> **EXERCISE REQUIREMENTS**:
A verbatim transcript of the lines below, starting at the first and ending with the one that holds "The same part", is what should be produced.

[Items from a data source]
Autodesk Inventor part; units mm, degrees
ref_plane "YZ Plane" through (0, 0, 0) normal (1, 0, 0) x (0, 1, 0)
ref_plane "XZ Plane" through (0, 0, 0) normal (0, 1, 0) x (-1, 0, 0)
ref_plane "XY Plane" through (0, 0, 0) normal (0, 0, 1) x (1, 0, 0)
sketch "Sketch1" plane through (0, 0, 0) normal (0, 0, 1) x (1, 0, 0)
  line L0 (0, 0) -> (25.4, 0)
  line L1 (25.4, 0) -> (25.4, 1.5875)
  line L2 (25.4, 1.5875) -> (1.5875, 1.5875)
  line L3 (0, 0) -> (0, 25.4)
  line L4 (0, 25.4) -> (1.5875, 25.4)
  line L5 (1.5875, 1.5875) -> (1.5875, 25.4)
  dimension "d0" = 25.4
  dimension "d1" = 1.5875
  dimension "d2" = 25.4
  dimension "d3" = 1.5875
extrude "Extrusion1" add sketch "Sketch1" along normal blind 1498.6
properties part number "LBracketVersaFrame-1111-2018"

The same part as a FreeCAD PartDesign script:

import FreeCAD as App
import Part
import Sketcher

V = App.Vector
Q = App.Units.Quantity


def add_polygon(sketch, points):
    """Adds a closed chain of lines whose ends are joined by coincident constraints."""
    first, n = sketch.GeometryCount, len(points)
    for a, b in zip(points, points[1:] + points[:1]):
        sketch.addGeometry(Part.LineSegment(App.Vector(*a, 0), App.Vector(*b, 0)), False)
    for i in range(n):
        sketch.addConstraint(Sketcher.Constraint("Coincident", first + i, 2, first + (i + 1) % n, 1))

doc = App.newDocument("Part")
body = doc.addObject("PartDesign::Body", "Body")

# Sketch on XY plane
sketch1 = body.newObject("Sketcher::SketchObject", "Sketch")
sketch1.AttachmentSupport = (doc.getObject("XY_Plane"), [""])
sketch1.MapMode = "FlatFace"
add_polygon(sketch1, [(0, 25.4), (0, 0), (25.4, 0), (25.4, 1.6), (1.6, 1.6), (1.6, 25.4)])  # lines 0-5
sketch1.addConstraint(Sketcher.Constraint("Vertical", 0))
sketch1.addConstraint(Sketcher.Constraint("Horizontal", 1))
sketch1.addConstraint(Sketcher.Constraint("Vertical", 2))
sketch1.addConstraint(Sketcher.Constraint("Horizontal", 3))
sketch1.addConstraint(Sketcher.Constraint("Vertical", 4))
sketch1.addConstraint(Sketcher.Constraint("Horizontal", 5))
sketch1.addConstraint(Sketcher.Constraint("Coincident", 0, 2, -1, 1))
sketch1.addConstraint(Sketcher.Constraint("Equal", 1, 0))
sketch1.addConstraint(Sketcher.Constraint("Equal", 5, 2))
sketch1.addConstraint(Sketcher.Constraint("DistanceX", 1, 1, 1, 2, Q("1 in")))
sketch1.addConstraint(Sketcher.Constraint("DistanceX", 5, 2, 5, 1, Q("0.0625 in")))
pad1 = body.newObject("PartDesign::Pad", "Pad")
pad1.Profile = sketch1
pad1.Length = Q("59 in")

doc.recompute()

> **THE COMPLETED TASK**:
Autodesk Inventor part; units mm, degrees
ref_plane "YZ Plane" through (0, 0, 0) normal (1, 0, 0) x (0, 1, 0)
ref_plane "XZ Plane" through (0, 0, 0) normal (0, 1, 0) x (-1, 0, 0)
ref_plane "XY Plane" through (0, 0, 0) normal (0, 0, 1) x (1, 0, 0)
sketch "Sketch1" plane through (0, 0, 0) normal (0, 0, 1) x (1, 0, 0)
  line L0 (0, 0) -> (25.4, 0)
  line L1 (25.4, 0) -> (25.4, 1.5875)
  line L2 (25.4, 1.5875) -> (1.5875, 1.5875)
  line L3 (0, 0) -> (0, 25.4)
  line L4 (0, 25.4) -> (1.5875, 25.4)
  line L5 (1.5875, 1.5875) -> (1.5875, 25.4)
  dimension "d0" = 25.4
  dimension "d1" = 1.5875
  dimension "d2" = 25.4
  dimension "d3" = 1.5875
extrude "Extrusion1" add sketch "Sketch1" along normal blind 1498.6
properties part number "LBracketVersaFrame-1111-2018"

The same part as a FreeCAD PartDesign script:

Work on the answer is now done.